Burgerhuis in art-decostijl gebouwd in opdracht van de koopman Gustave Van Bree (1869-1956), naar een ontwerp van Jan De Vroey uit 1923-1925. De bouwheer was een oudere broer van de echtgenote van de architect Léonie Van Bree. Na het vervallen van de eerste bouwvergunning uit 1923, met een licht afwijkend ontwerp, werd in 1925 een tweede bouwaanvraag ingediend, waarvan de bouwplannen echter ontbreken. Waar het ontwerp uit 1923 nog schatplichtig is aan de beaux-artsstijl, laat het gerealiseerde gebouw zich kenmerken door een beginnende art-deco-inslag.
Architect Jan De Vroey, wiens loopbaan midden jaren 1890 van start was gegaan, realiseerde kort vóór de Eerste Wereldoorlog de neogotische Sint-Hubertuskerk in Berchem. Vergelijkbaar met het simultaan toepassen van beaux-artsstijl en art deco tijdens het interbellum, laveerde hij in de residentiële architectuur uit zijn beginjaren tussen het conventionele neoclassicisme, het eclecticisme en de art nouveau. Tot de meest prestigieuze herenhuizen uit de latere periode in het oeuvre van De Vroey, die actief bleef tot zijn overlijden in 1935, behoort het statige hotel Voet in de Jan Van Rijswijcklaan.

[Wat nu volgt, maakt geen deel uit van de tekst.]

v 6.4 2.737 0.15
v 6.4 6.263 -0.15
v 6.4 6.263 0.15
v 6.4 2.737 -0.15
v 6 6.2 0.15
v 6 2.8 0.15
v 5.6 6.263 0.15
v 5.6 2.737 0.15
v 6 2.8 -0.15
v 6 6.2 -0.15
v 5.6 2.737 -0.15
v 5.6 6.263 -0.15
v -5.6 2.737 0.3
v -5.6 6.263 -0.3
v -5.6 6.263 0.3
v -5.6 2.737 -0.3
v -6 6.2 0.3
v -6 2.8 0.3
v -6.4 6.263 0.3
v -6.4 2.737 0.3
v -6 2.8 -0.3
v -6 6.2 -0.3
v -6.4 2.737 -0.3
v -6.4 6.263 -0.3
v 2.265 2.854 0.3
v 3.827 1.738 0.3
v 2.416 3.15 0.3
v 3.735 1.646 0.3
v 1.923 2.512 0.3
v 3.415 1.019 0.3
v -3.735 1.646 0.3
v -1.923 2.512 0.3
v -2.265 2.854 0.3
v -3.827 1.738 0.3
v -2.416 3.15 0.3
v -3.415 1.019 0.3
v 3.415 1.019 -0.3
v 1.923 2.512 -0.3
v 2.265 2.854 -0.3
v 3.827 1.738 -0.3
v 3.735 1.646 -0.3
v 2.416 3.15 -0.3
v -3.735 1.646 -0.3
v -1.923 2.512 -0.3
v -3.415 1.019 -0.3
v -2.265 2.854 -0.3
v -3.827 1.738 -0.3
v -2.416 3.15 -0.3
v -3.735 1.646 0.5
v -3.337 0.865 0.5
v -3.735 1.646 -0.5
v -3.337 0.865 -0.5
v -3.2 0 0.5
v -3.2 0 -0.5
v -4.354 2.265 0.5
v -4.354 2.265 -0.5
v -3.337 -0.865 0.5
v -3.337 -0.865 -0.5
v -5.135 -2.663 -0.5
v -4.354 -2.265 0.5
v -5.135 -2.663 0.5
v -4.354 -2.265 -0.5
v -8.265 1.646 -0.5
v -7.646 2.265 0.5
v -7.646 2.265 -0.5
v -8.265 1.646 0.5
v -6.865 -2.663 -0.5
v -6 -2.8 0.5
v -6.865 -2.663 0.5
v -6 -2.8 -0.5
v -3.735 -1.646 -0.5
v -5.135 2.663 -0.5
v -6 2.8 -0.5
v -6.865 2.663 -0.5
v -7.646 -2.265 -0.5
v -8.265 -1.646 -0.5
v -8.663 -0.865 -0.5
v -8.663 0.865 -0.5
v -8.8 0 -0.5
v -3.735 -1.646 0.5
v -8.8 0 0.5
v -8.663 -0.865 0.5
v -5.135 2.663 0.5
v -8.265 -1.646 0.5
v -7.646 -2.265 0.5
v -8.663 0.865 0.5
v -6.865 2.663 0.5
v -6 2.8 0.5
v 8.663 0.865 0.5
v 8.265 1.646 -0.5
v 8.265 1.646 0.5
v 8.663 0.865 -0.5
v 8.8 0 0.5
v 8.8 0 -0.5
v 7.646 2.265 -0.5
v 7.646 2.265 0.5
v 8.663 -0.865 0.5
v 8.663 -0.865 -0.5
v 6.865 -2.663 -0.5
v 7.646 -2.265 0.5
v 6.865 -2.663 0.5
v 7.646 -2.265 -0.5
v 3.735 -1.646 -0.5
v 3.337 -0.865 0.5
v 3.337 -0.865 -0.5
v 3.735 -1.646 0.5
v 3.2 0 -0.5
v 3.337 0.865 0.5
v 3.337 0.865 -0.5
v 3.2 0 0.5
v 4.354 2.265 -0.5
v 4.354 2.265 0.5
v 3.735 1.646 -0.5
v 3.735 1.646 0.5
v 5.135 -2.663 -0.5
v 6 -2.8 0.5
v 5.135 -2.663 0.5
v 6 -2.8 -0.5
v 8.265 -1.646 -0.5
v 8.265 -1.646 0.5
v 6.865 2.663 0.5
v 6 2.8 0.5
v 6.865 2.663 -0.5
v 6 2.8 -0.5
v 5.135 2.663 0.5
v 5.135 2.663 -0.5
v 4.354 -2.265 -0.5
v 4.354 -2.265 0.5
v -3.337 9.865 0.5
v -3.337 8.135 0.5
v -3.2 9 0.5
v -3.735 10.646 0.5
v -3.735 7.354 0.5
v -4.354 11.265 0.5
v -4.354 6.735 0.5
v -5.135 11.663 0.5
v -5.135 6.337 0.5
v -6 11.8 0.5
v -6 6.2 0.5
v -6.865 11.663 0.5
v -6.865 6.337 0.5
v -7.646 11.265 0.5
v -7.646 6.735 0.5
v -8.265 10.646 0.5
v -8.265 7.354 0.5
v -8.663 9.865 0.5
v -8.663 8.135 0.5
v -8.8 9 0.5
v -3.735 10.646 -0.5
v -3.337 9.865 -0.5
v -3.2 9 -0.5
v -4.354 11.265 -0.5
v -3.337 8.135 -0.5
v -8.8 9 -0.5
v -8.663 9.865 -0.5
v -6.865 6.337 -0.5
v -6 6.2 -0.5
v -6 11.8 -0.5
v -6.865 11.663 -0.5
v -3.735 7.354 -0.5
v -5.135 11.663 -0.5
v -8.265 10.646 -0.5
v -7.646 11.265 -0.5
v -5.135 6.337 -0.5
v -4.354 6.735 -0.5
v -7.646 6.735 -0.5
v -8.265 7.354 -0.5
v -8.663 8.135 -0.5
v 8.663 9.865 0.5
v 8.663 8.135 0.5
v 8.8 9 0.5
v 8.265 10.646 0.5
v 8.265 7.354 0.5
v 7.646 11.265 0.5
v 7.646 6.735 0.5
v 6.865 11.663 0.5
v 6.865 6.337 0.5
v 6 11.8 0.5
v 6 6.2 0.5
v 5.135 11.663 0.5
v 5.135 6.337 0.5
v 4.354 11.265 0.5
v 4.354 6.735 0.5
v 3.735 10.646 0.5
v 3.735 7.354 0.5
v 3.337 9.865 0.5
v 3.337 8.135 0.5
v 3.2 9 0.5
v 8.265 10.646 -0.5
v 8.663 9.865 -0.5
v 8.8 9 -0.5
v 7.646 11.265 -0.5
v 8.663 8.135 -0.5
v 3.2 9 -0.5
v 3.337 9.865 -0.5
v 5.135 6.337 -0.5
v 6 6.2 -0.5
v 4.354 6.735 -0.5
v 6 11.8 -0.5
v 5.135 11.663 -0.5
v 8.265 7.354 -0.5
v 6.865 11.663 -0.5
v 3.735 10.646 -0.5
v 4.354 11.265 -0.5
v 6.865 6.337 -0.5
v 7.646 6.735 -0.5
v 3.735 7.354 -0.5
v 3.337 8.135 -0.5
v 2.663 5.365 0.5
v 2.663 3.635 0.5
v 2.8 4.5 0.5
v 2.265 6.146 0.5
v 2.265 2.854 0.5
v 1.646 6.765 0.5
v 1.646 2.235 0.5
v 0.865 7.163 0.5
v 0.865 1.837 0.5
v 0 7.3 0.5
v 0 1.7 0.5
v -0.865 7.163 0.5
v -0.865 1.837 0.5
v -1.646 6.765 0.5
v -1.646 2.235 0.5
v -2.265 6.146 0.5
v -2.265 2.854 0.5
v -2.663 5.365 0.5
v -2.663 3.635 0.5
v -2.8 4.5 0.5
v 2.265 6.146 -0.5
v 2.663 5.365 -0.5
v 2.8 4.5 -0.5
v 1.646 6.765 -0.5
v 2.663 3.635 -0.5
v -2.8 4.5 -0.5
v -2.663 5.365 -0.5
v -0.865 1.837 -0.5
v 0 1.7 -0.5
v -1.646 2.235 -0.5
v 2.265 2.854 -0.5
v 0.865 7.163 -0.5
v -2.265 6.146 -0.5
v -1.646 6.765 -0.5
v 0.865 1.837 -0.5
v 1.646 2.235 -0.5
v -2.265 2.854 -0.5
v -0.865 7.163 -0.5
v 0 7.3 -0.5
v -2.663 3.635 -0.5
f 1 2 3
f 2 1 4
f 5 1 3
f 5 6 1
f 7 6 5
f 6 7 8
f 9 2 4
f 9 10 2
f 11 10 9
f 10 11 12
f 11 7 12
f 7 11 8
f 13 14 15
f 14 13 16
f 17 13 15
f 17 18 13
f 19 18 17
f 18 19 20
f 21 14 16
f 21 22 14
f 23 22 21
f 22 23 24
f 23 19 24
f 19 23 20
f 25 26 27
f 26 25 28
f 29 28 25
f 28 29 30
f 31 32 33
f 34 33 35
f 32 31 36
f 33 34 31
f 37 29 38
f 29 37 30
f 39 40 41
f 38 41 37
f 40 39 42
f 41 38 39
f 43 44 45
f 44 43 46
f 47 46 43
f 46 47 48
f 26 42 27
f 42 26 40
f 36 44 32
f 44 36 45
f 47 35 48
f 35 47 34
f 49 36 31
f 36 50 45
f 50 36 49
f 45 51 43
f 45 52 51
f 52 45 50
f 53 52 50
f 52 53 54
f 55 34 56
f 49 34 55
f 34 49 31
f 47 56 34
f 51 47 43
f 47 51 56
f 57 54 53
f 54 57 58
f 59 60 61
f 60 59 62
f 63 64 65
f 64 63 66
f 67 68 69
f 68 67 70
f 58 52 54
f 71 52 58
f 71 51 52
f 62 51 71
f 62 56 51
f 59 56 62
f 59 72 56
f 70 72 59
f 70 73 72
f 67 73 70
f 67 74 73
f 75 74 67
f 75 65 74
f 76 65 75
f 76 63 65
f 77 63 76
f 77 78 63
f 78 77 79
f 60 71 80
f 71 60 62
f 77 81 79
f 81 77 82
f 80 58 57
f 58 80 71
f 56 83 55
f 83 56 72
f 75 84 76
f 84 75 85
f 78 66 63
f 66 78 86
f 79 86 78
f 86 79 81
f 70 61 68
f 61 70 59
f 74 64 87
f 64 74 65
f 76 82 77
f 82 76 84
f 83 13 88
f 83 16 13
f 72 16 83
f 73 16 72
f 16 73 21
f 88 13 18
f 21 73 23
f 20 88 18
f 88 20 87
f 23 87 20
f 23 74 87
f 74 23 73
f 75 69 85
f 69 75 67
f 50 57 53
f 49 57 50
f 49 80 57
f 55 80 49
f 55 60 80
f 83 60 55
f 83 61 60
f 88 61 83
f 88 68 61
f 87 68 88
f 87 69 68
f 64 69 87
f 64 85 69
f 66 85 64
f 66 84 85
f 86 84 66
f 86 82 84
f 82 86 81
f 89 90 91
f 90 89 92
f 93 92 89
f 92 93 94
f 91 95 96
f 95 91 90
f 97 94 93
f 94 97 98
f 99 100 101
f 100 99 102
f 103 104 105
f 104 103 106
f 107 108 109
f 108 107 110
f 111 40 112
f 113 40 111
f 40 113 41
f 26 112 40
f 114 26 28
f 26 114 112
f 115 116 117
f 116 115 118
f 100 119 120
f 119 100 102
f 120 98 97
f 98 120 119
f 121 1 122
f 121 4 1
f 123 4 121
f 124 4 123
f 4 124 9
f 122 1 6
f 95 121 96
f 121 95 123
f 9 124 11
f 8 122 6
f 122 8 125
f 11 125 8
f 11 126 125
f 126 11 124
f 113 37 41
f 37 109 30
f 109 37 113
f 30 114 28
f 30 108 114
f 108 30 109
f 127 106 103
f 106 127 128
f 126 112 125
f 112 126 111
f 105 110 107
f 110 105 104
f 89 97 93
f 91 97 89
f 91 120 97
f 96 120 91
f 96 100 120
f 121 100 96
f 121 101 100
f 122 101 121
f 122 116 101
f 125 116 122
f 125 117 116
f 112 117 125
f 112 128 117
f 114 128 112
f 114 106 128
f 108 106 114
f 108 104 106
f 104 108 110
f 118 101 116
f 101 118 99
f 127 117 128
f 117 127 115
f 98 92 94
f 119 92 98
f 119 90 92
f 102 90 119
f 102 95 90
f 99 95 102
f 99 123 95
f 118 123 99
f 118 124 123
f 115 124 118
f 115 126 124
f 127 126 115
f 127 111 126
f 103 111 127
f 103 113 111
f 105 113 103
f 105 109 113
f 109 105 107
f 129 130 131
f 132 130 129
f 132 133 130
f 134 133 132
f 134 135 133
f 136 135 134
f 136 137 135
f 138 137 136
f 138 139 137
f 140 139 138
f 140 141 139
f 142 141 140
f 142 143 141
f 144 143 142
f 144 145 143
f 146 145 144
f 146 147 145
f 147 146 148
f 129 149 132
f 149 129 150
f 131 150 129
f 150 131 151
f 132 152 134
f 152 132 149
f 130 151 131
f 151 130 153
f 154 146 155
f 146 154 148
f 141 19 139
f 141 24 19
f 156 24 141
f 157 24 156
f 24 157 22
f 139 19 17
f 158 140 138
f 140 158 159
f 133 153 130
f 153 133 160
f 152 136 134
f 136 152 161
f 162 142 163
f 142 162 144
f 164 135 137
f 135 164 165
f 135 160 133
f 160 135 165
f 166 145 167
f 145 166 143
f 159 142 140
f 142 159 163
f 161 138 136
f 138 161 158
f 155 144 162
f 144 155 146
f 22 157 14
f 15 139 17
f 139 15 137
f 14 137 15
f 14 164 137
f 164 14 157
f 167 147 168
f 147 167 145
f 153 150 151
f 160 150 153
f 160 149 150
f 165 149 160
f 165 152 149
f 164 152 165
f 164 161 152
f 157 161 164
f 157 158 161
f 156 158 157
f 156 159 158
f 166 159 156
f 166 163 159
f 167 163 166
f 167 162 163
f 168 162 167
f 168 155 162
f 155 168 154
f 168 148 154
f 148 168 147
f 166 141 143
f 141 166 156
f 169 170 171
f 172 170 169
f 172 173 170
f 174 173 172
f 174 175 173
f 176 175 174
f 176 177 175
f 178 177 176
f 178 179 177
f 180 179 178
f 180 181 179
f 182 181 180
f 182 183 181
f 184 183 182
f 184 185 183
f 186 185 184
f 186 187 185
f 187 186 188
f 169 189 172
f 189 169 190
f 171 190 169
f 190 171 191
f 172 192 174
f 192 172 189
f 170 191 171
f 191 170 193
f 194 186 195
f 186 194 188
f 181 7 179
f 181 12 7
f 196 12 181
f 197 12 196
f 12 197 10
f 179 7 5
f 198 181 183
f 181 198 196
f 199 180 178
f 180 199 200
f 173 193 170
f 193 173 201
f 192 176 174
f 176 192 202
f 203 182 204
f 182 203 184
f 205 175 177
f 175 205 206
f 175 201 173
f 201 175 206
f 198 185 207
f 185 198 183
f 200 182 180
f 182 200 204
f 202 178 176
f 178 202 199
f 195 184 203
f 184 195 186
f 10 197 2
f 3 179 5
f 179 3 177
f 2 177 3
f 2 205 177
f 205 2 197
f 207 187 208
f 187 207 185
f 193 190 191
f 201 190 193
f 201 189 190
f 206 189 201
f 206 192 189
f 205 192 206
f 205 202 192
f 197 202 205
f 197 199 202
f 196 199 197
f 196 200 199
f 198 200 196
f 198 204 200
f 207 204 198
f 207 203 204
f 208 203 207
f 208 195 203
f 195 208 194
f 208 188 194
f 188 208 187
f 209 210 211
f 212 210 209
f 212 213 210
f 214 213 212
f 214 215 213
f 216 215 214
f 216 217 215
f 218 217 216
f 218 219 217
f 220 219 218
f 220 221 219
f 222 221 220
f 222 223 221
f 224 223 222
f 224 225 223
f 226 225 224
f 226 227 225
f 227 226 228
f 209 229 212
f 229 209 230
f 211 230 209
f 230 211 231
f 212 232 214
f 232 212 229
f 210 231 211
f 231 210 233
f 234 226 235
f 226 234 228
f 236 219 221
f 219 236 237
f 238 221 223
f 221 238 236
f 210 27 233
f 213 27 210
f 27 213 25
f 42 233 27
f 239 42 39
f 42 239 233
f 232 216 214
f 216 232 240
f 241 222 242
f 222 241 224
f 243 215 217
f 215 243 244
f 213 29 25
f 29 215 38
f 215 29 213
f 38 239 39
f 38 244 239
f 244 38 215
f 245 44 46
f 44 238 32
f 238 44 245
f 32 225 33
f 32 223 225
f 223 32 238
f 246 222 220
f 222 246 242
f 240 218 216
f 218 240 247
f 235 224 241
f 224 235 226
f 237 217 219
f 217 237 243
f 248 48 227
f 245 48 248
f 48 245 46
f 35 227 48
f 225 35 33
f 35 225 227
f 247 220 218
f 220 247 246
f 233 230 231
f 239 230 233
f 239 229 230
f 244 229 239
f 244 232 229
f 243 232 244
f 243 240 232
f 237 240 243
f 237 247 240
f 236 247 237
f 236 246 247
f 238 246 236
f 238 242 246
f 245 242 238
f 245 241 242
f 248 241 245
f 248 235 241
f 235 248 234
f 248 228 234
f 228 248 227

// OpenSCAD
circleThickness = 1;
radius = 2.8;

color("DarkGray")
translate([6,7,0])
cube([0.8,9,0.3],center=true);
color("DarkGray")
translate([-6,7,0])
cube([0.8,9,0.6],center=true);

color("DarkGray")
translate([3,2,0])
rotate([0,0,45])
cube([0.8,9,0.6],center=true);

color("DarkGray")
translate([-3,2,0])
rotate([0,0,-45])
cube([0.8,9,0.6],center=true);


translate([-6,0,0])
color("Black")
cylinder(circleThickness, radius, radius, $fn=20,center=true);
translate([6,0,0])
color("Black")
cylinder(circleThickness, radius, radius, $fn=20,center=true);

translate([-6,9,0])
color("Black")
cylinder(circleThickness, radius, radius, $fn=20,center=true);
translate([6,9,0])
color("Black")
cylinder(circleThickness, radius, radius, $fn=20,center=true);
translate([0,4.5,0])
color("Black")
cylinder(circleThickness, radius, radius, $fn=20,center=true);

De rijwoning met een natuurstenen lijstgevel van twee ongelijke traveeën, telt vier bouwlagen onder een plat dak. Asymmetrisch van opzet legt de gevelcompositie de klemtoon op het brede zijrisaliet, dat over de eerste drie bouwlagen wordt gemarkeerd door driezijdige erkers, met een smeedijzeren balkon als bekroning. Postamenten op consoles trekken deze compositie door tot boven de kroonlijst. Verder vertoont de opstand een regelmatige opbouw, met een rondboogdeur, rechthoekige vensters, en golvende waterlijsten in de fries. De sobere art-deco-inslag komt nog het meest tot uiting komt in de typische cannelures en de decoratieve panelen met rankwerk van de borstweringen. Het houten schrijnwerk van de deur en de vensters met kleine roeden in het bovenlicht bleef behouden, evenals het smeedijzeren voortuinhek.
De plattegrond beantwoordt aan de typologie van de bel-etagewoning, die over de volledige breedte wordt opgedeeld door de traphal, ontdubbeld door de diensttrap. Volgens de bouwplannen van 1923 biedt de begane grond bij de straat ruimte aan een spreekkamer, en bij de tuin aan de keuken met achterkeuken, office en keukenlift. De bel-etage vormt een doorlopende suite die uit het salon, de ruime traphal, de eetkamer met office, de veranda en het overdekt terras bestaat. Zowel de traphal als de veranda scanderen de ruimtelijke continuïteit met bovenlichten. De hogere verdiepingen tellen telkens twee slaapkamers en een badkamer.
- Stadsarchief Antwerpen, 1923#15586, 1925#20167 en 1925#21087.